Esslie-Frenia Law June 2023 Leaderboard

EDITORIAL: Whose money is it?


HOW MUCH MONEY have you squirreled away under your mattress? Or maybe there’s not enough to bother stashing what’s left after the bills get paid. Either way, wouldn’t you prefer to determine how to handle your own money?

We’re talking here about your money and the government. So, to review, a basic principle underlying democracy is the understanding that people agree to pay taxes that elected officials can use to provide vital services. We can’t eliminate taxes but we do get the opportunity at every election to change (by peaceful means) the people who decide how to spend our tax money. We’re also free to complain endlessly about all manner of wasteful spending.

But what about when government saves money? Not saves as in making wise and frugal expenditures. What about when government puts tax money in the bank and leaves it there for a rainy day? That issue has come up locally again, and it’s worth revisiting.

The most recent case is the annual Columbia County budget for 2016 adopted last week. It is a $146-million spending plan that comes with a slight decrease in overall spending and an increase in the tax levy of just over one-half of one percent. It includes more money for Columbia-Greene Community College and doesn’t call for cutting services. It’s a fiscally prudent plan that reflects the maddeningly slow but steady economic recovery of the county and the region.

A couple of years ago the county’s fiscal future was painted much darker colors. State and federal agencies had failed to pay the county funds we were owed for operating the Pine Haven nursing home and rehabilitation facility and for other county functions. Local officials said at the time that the county was hemorrhaging cash, and the situation was unsustainable. But oddly enough, at the same time county officials expressed pride in the growth to $4 million of previously depleted reserve funds.

Since then the county has agreed to sell Pine Haven to a private company for $6.5 million and it has also unloaded the old Ockawamick School in Claverack. The money from the Ockawamick sale plus the $6.5 million from the transfer of Pine Haven when it’s completed next year will be combined in a reserve account called the Tax Stabilization Fund.

That all sounds like very good fiscal management, and perhaps it is. After all, these are one-time revenue sources. But if the county was already building up its reserve funds two years ago, when it faced financial difficulties, why does it need this new windfall now? County taxpayers have been supporting Pine Haven while Albany and Washington have been slow to pay their fair share, so shouldn’t county taxpayers get a break now that the county is relatively well to do?

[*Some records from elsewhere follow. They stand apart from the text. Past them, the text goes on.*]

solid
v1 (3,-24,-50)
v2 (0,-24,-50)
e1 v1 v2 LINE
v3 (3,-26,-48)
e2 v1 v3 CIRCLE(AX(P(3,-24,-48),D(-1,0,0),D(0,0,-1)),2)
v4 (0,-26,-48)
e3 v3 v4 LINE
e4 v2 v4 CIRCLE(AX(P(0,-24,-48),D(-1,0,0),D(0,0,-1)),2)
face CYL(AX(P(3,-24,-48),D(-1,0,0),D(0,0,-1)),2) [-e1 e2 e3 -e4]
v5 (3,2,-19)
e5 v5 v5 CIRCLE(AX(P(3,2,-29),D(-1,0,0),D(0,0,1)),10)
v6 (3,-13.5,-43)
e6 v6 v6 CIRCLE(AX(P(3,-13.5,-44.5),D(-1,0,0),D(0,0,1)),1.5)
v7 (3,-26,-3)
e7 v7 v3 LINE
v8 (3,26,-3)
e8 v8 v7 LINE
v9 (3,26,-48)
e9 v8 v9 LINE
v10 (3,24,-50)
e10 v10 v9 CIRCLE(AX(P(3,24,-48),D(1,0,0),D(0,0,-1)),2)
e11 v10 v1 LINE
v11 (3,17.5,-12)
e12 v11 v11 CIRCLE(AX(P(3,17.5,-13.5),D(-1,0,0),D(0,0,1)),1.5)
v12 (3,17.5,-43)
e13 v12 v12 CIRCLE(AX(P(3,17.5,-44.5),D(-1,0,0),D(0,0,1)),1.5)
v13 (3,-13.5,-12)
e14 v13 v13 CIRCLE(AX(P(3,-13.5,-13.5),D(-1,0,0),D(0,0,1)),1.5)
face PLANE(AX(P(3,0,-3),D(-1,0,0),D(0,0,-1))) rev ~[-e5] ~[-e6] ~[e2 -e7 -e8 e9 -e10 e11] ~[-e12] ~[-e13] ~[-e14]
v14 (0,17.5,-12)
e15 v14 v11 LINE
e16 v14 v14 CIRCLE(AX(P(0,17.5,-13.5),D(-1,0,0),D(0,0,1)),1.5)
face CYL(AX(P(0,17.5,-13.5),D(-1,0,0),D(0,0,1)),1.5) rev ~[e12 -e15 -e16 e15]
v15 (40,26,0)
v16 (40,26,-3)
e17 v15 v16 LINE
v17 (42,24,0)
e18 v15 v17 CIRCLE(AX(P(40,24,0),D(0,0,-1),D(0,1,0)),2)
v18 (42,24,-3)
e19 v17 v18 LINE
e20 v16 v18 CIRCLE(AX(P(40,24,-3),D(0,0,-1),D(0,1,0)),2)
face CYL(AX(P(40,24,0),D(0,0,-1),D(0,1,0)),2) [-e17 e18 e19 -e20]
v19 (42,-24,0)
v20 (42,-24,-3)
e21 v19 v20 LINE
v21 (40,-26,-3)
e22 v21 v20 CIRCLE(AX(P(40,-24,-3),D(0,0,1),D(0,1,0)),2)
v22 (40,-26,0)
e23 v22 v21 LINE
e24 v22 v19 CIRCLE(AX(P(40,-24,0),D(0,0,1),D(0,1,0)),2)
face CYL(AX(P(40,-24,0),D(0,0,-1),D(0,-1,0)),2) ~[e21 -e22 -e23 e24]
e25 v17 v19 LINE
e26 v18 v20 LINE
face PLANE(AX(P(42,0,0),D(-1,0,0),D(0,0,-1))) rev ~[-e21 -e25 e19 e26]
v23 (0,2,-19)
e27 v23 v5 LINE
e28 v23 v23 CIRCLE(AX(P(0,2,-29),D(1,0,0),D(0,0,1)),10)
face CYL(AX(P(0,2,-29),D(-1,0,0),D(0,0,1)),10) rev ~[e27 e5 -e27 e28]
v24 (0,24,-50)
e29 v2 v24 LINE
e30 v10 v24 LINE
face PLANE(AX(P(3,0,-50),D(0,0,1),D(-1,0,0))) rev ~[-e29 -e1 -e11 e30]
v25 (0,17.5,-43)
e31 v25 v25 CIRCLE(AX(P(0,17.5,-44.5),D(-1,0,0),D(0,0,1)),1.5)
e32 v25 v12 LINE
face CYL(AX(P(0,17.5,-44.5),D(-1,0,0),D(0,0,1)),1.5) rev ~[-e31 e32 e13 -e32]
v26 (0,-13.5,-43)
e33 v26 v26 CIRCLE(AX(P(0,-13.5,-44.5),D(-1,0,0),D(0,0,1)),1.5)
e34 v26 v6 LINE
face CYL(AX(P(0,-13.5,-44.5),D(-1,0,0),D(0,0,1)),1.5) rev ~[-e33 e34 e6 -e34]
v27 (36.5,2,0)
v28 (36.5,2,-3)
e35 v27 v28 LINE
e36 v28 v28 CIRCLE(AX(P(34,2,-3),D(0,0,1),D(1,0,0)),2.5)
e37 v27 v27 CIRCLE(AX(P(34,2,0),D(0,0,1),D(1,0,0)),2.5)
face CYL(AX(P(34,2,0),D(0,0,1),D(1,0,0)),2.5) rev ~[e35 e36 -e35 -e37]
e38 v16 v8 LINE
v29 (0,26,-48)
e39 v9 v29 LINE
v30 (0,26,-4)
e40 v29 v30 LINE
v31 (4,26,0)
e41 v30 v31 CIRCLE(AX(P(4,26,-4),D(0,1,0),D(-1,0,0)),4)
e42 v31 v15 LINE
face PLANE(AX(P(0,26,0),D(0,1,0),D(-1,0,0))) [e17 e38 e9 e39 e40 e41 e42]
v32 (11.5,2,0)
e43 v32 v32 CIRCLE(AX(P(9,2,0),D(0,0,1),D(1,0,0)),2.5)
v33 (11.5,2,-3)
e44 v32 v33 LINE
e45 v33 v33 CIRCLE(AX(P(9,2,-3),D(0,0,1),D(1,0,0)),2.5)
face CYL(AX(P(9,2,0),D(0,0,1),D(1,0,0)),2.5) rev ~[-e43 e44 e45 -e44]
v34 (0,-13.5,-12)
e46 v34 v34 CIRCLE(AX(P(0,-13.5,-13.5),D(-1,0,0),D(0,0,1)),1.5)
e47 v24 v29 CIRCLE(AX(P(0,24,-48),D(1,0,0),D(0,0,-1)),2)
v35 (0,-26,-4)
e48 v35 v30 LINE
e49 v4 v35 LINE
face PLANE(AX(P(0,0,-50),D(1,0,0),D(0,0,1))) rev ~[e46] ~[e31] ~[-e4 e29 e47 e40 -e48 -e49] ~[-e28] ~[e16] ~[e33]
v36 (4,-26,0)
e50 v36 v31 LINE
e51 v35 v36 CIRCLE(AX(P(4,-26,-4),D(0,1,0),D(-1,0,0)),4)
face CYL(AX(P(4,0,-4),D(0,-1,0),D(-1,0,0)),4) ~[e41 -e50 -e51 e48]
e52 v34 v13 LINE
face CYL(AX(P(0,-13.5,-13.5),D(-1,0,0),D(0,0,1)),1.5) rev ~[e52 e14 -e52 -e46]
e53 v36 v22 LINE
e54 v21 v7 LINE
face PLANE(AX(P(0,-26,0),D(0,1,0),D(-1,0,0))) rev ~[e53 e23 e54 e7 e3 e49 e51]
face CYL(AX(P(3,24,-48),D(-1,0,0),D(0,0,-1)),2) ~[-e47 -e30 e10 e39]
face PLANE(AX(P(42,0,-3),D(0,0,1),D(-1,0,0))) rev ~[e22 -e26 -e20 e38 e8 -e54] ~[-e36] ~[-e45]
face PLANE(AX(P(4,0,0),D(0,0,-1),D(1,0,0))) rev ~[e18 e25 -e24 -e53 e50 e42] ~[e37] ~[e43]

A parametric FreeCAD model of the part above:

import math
import FreeCAD as App
import Part
import Sketcher
Q = App.Units.Quantity


def edges_at(feature, points):
    """Names of the edges that pass closest to the given points."""
    edges = feature.Shape.Edges
    near = lambda p: min(range(len(edges)), key=lambda i: edges[i].distToShape(Part.Vertex(*p))[0])
    return sorted({f"Edge{near(p) + 1}" for p in points})

doc = App.newDocument("Part")
params = doc.addObject("Spreadsheet::Sheet", "Params")
for row, (alias, value) in enumerate([
    ("sketch1_radius", "4 mm"),
    ("sketch1_width", "3 mm"),
    ("pad1_length", "52 mm"),
    ("fillet_radius", "2 mm"),
    ("sketch2_diameter", "5 mm"),
    ("sketch3_diameter", "3 mm"),
    ("sketch3_diameter2", "20 mm"),
], start=1):
    params.set(f"A{row}", alias)
    params.set(f"B{row}", "=" + value)
    params.setAlias(f"B{row}", alias)

body = doc.addObject("PartDesign::Body", "Body")

sketch1 = body.newObject("Sketcher::SketchObject", "Sketch")
sketch1.AttachmentSupport = (doc.getObject("XZ_Plane"), [""])
sketch1.MapMode = "FlatFace"
sketch1.addGeometry(Part.LineSegment(App.Vector(3, -50, 0), App.Vector(0, -50, 0)), False)
sketch1.addGeometry(Part.LineSegment(App.Vector(0, -50, 0), App.Vector(0, -4, 0)), False)
sketch1.addGeometry(Part.ArcOfCircle(Part.Circle(App.Vector(4, -4, 0), App.Vector(0, 0, 1), 4), math.radians(90), math.radians(180)), False)
sketch1.addGeometry(Part.LineSegment(App.Vector(4, 0, 0), App.Vector(42, 0, 0)), False)
sketch1.addGeometry(Part.LineSegment(App.Vector(42, 0, 0), App.Vector(42, -3, 0)), False)
sketch1.addGeometry(Part.LineSegment(App.Vector(42, -3, 0), App.Vector(3, -3, 0)), False)
sketch1.addGeometry(Part.LineSegment(App.Vector(3, -3, 0), App.Vector(3, -50, 0)), False)
sketch1.addConstraint(Sketcher.Constraint("Coincident", 0, 2, 1, 1))
sketch1.addConstraint(Sketcher.Constraint("Tangent", 1, 2, 2, 2))
sketch1.addConstraint(Sketcher.Constraint("Tangent", 2, 1, 3, 1))
sketch1.addConstraint(Sketcher.Constraint("Coincident", 3, 2, 4, 1))
sketch1.addConstraint(Sketcher.Constraint("Coincident", 4, 2, 5, 1))
sketch1.addConstraint(Sketcher.Constraint("Coincident", 5, 2, 6, 1))
sketch1.addConstraint(Sketcher.Constraint("Coincident", 6, 2, 0, 1))
sketch1.addConstraint(Sketcher.Constraint("Horizontal", 0))
sketch1.addConstraint(Sketcher.Constraint("Vertical", 1))
sketch1.addConstraint(Sketcher.Constraint("Horizontal", 3))
sketch1.addConstraint(Sketcher.Constraint("Vertical", 4))
sketch1.addConstraint(Sketcher.Constraint("Horizontal", 5))
sketch1.addConstraint(Sketcher.Constraint("Vertical", 6))
sketch1.addConstraint(Sketcher.Constraint("PointOnObject", 0, 2, -2))
sketch1.addConstraint(Sketcher.Constraint("PointOnObject", 2, 1, -1))
sketch1.addConstraint(Sketcher.Constraint("Equal", 0, 4))
sketch1.addConstraint(Sketcher.Constraint("Radius", 2, Q("4 mm")))
sketch1.addConstraint(Sketcher.Constraint("DistanceX", 0, 2, 0, 1, Q("3 mm")))
sketch1.addConstraint(Sketcher.Constraint("DistanceY", 0, 2, -1, 1, Q("50 mm")))
sketch1.addConstraint(Sketcher.Constraint("DistanceX", -1, 1, 3, 2, Q("42 mm")))
sketch1.setExpression("Constraints[16]", "Params.sketch1_radius")
sketch1.setExpression("Constraints[17]", "Params.sketch1_width")
pad1 = body.newObject("PartDesign::Pad", "Pad")
pad1.Profile = sketch1
pad1.setExpression("Length", "Params.pad1_length")
pad1.Midplane = True
doc.recompute()

fillet = body.newObject("PartDesign::Fillet", "Fillet")
fillet.Base = (pad1, edges_at(pad1, [
    (1.5, 26, -50),
    (1.5, -26, -50),
    (42, 26, -1.5),
    (42, -26, -1.5),
]))
fillet.setExpression("Radius", "Params.fillet_radius")

sketch2 = body.newObject("Sketcher::SketchObject", "Sketch001")
sketch2.AttachmentSupport = (doc.getObject("XY_Plane"), [""])
sketch2.MapMode = "FlatFace"
sketch2.addGeometry(Part.Circle(App.Vector(9, 2, 0), App.Vector(0, 0, 1), 2.5), False)
sketch2.addGeometry(Part.Circle(App.Vector(34, 2, 0), App.Vector(0, 0, 1), 2.5), False)
sketch2.addConstraint(Sketcher.Constraint("Equal", 0, 1))
sketch2.addConstraint(Sketcher.Constraint("Horizontal", 0, 3, 1, 3))
sketch2.addConstraint(Sketcher.Constraint("Diameter", 0, Q("5 mm")))
sketch2.addConstraint(Sketcher.Constraint("DistanceX", 0, 3, 1, 3, Q("25 mm")))
sketch2.addConstraint(Sketcher.Constraint("DistanceX", -1, 1, 0, 3, Q("9 mm")))
sketch2.addConstraint(Sketcher.Constraint("DistanceY", -1, 1, 0, 3, Q("2 mm")))
sketch2.setExpression("Constraints[2]", "Params.sketch2_diameter")
pocket1 = body.newObject("PartDesign::Pocket", "Pocket")
pocket1.Profile = sketch2
pocket1.Type = "ThroughAll"

sketch3 = body.newObject("Sketcher::SketchObject", "Sketch002")
sketch3.AttachmentSupport = (doc.getObject("YZ_Plane"), [""])
sketch3.MapMode = "FlatFace"
sketch3.addGeometry(Part.Circle(App.Vector(17.5, -44.5, 0), App.Vector(0, 0, 1), 1.5), False)
sketch3.addGeometry(Part.Circle(App.Vector(17.5, -13.5, 0), App.Vector(0, 0, 1), 1.5), False)
sketch3.addGeometry(Part.Circle(App.Vector(-13.5, -13.5, 0), App.Vector(0, 0, 1), 1.5), False)
sketch3.addGeometry(Part.Circle(App.Vector(-13.5, -44.5, 0), App.Vector(0, 0, 1), 1.5), False)
sketch3.addGeometry(Part.Circle(App.Vector(2, -29, 0), App.Vector(0, 0, 1), 10), False)
sketch3.addConstraint(Sketcher.Constraint("Equal", 0, 1))
sketch3.addConstraint(Sketcher.Constraint("Equal", 1, 2))
sketch3.addConstraint(Sketcher.Constraint("Equal", 2, 3))
sketch3.addConstraint(Sketcher.Constraint("Horizontal", 1, 3, 2, 3))
sketch3.addConstraint(Sketcher.Constraint("Horizontal", 0, 3, 3, 3))
sketch3.addConstraint(Sketcher.Constraint("Vertical", 0, 3, 1, 3))
sketch3.addConstraint(Sketcher.Constraint("Vertical", 2, 3, 3, 3))
sketch3.addConstraint(Sketcher.Constraint("Diameter", 0, Q("3 mm")))
sketch3.addConstraint(Sketcher.Constraint("Diameter", 4, Q("20 mm")))
sketch3.addConstraint(Sketcher.Constraint("DistanceY", 0, 3, 1, 3, Q("31 mm")))
sketch3.addConstraint(Sketcher.Constraint("DistanceX", 2, 3, 1, 3, Q("31 mm")))
sketch3.addConstraint(Sketcher.Constraint("DistanceX", 4, 3, 0, 3, Q("15.5 mm")))
sketch3.addConstraint(Sketcher.Constraint("DistanceY", 0, 3, 4, 3, Q("15.5 mm")))
sketch3.addConstraint(Sketcher.Constraint("DistanceX", -1, 1, 4, 3, Q("2 mm")))
sketch3.addConstraint(Sketcher.Constraint("DistanceY", 4, 3, -1, 1, Q("29 mm")))
sketch3.setExpression("Constraints[7]", "Params.sketch3_diameter")
sketch3.setExpression("Constraints[8]", "Params.sketch3_diameter2")
pocket2 = body.newObject("PartDesign::Pocket", "Pocket001")
pocket2.Profile = sketch3
pocket2.Type = "ThroughAll"
pocket2.Reversed = True

doc.recompute()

The answer might be No. There’s a case to be made that fattening the county’s reserve fund piggybank will cushion the impact of unforeseen future expenses. And there are always some of those lurking out there.

But that’s all the more reason to have a clear and consistent county policy on the reason for these funds and how they may be used. County taxpayers also deserve to know under what circumstances the county’s prudence gives way to the right of taxpayers to manage our own money, thank you very much.

If the Board of Supervisors wants to set aside funds for a specific purpose like, say, to support planning and preparation for the impacts of climate change on the county, that makes sense and is a proposal that deserves public input and debate. Maybe county taxpayers don’t want their money used for that purpose. How would we know?

What we do know is that “tax stabilization” is a worthy goal but not a special purpose. Stabilizing taxes is one reason we elect supervisors to begin with; we expect them to make decisions that will keep our taxes within justifiable limits. If they can’t manage that, we can vote for candidates who might do a better job.

This issue gets down to the difference between sound fiscal policy and hoarding tax money. The state imposes some limits, but making this distinction at the county level is more about public trust than numbers and percentages. The supervisors should let the public know how much of our money they think they need to keep on hand just in case. And they should also explain when we might expect to see a little of our money to come back our way.